Published in final edited form as: Cancer Lett. 2021 Nov 20;526:53–65. doi: 10.1016/j.canlet.2021.11.018

Fig. 4. CTDSPL2 knockdown leads to impaired cell proliferation, migration, and invasion.

Fig. 4.

(A, B) Establishment of cell lines with TetOn inducible knockdown of CTDSPL2 in S2.013 (A) and PANC-1 (B) cells. (C, D) Cell proliferation assays in S2.013 (C) and PANC-1 (D) cells from A and B. ***: p=0.0002 (shRNA#A vs Control) and 7.3E-06 (shRNA#C vs Control) in panel C. ***: p=0.0003 (shRNA#A vs Control) and 2.1E-05 (shRNA#C vs Control) in panel D (Student’s t test). (E-H) Quantification of wound healing assays in established S2.013 (E) and PANC-1 (F) cells. ***: p=4.8E-05 (shRNA#A vs Control) and 9.0E-05 (shRNA#C vs Control) in panel E. ***: p=1.8E-04 (shRNA#A vs Control) and 3.2E-05 (shRNA#C vs Control) in panel F (Student’s t test).
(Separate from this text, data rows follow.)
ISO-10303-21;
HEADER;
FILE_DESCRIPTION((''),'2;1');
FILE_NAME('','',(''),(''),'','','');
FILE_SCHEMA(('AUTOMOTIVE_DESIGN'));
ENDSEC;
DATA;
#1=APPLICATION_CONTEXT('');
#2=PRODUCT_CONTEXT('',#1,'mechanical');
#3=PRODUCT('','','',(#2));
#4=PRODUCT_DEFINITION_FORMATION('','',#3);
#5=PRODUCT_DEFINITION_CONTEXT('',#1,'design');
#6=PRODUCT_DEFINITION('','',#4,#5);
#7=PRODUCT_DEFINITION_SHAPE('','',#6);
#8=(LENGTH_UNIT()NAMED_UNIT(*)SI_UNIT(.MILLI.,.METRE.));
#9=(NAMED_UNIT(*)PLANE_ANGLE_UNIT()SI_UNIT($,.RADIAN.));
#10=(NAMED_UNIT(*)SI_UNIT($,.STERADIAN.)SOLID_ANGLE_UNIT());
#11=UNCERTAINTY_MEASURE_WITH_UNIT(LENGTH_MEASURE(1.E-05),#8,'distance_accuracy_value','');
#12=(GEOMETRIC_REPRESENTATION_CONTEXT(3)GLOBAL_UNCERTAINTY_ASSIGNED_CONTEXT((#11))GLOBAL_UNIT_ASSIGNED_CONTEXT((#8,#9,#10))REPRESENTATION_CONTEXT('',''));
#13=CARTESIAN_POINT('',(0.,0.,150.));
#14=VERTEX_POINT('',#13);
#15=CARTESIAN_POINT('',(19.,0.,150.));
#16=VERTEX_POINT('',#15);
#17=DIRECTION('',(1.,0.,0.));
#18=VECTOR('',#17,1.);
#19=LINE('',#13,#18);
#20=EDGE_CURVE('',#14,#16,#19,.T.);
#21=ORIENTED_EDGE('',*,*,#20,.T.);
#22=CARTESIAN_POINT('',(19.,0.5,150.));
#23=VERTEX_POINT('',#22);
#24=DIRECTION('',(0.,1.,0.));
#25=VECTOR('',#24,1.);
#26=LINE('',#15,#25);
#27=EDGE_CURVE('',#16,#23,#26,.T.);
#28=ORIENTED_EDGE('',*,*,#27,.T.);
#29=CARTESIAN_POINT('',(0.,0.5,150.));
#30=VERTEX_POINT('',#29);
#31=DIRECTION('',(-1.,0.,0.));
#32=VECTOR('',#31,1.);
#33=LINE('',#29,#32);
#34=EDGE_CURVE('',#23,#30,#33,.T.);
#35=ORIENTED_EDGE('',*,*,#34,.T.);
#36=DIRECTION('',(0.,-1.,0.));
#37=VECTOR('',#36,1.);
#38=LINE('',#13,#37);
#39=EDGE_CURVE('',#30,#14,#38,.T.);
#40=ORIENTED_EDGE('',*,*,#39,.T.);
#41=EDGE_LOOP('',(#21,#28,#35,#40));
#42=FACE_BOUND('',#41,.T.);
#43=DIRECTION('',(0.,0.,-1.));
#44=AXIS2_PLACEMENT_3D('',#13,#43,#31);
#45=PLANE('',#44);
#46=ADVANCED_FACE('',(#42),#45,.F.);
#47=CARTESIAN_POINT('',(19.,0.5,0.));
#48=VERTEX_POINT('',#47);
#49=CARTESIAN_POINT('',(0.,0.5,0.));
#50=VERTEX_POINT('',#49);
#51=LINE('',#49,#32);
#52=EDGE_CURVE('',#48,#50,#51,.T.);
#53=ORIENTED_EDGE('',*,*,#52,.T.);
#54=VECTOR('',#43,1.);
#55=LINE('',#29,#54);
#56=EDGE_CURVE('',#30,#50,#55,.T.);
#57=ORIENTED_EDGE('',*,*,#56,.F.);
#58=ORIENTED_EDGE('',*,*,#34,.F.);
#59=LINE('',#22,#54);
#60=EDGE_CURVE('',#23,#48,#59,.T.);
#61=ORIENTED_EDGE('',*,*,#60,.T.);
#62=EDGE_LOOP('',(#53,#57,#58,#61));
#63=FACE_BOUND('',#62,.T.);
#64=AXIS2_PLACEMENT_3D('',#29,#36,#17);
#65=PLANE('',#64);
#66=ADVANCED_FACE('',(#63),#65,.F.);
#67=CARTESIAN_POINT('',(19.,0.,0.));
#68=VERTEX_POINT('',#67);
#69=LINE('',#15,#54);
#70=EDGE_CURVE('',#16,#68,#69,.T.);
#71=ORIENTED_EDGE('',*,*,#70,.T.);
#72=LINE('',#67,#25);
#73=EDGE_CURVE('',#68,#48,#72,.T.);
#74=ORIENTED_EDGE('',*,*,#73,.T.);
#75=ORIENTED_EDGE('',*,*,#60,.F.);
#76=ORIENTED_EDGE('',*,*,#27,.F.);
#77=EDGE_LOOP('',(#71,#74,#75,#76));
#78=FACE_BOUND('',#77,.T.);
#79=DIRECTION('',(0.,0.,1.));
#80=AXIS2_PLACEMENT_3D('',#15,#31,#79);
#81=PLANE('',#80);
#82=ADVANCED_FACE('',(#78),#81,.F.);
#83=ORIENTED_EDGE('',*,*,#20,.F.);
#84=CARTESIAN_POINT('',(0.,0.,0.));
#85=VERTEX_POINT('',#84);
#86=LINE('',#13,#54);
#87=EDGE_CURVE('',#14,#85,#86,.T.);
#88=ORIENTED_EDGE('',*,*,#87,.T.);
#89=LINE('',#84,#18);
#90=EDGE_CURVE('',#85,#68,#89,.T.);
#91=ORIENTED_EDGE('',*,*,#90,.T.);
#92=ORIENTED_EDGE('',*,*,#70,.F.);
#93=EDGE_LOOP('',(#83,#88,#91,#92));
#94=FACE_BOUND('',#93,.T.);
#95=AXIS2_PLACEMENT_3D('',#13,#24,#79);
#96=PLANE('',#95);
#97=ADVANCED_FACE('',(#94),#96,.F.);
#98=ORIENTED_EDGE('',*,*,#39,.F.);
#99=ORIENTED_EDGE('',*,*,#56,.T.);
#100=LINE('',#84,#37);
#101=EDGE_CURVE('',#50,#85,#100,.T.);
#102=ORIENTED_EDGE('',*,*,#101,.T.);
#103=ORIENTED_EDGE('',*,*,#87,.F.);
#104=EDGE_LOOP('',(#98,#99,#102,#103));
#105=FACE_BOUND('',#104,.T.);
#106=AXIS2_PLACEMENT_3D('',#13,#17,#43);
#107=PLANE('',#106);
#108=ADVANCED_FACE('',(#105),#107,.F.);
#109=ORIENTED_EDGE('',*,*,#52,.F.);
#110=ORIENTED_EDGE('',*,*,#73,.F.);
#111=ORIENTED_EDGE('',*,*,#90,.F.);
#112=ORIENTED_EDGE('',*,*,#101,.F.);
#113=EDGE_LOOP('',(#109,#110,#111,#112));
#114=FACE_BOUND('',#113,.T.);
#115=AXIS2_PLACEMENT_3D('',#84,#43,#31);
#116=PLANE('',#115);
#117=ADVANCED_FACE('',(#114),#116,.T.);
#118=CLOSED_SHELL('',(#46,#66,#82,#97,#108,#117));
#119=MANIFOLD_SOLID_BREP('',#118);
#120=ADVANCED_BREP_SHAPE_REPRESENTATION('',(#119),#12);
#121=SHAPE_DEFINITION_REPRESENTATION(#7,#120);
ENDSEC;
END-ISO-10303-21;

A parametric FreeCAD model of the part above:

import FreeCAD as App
import Part
import Sketcher

V = App.Vector

doc = App.newDocument("Part")
params = doc.addObject("Spreadsheet::Sheet", "Params")
for row, (alias, value) in enumerate([
    ("sketch1_width", "19 mm"),
    ("sketch1_height", "0.5 mm"),
    ("pad1_length", "150 mm"),
], start=1):
    params.set(f"A{row}", alias)
    params.set(f"B{row}", "=" + value)
    params.setAlias(f"B{row}", alias)

body = doc.addObject("PartDesign::Body", "Body")

sketch1 = doc.addObject("Sketcher::SketchObject", "Sketch")
body.addObject(sketch1)
sketch1.AttachmentSupport = (doc.XY_Plane, [""])
sketch1.MapMode = "FlatFace"
sketch1.addGeometry([
    Part.LineSegment(V(0, 0.5, 0), V(0, 0, 0)),
    Part.LineSegment(V(0, 0, 0), V(19, 0, 0)),
    Part.LineSegment(V(19, 0, 0), V(19, 0.5, 0)),
    Part.LineSegment(V(19, 0.5, 0), V(0, 0.5, 0)),
], False)
sketch1.addConstraint([
    Sketcher.Constraint("Coincident", 0, 2, 1, 1),
    Sketcher.Constraint("Coincident", 1, 2, 2, 1),
    Sketcher.Constraint("Coincident", 2, 2, 3, 1),
    Sketcher.Constraint("Coincident", 3, 2, 0, 1),
    Sketcher.Constraint("Vertical", 0),
    Sketcher.Constraint("Horizontal", 1),
    Sketcher.Constraint("Vertical", 2),
    Sketcher.Constraint("Horizontal", 3),
    Sketcher.Constraint("Coincident", 0, 2, -1, 1),
    Sketcher.Constraint("DistanceX", 1, 1, 1, 2, 19.0),
    Sketcher.Constraint("DistanceY", 0, 2, 0, 1, 0.5),
])
sketch1.setExpression("Constraints[9]", "Params.sketch1_width")
sketch1.setExpression("Constraints[10]", "Params.sketch1_height")
pad1 = doc.addObject("PartDesign::Pad", "Pad")
body.addObject(pad1)
pad1.Profile = sketch1
pad1.setExpression("Length", "Params.pad1_length")

doc.recompute()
Representative images of wound healing assays in S2.013 (G) and PANC-1 (H) cells were shown. (I-N) CTDSPL2 knockdown inhibited migration and invasion in S2.013 (I, K, L) and PANC-1 (J, M, N) cells. ***: p=1.2E-05 (shRNA#A vs Control) and 6.4E-05 (shRNA#C vs Control) in panel I. ***: p=6.1E-05 (shRNA#A vs Control) and 1.1E-06 (shRNA#C vs Control) in panel J. ***: p=0.0003 (shRNA#A vs Control) and 0.0005 (shRNA#C vs Control) in panel L. ***: p=5.0E-05 (shRNA#A vs Control) and 6.6E-07 (shRNA#C vs Control) in panel M (Student’s t test). Data were expressed as the mean ± SD of three or four independent experiments.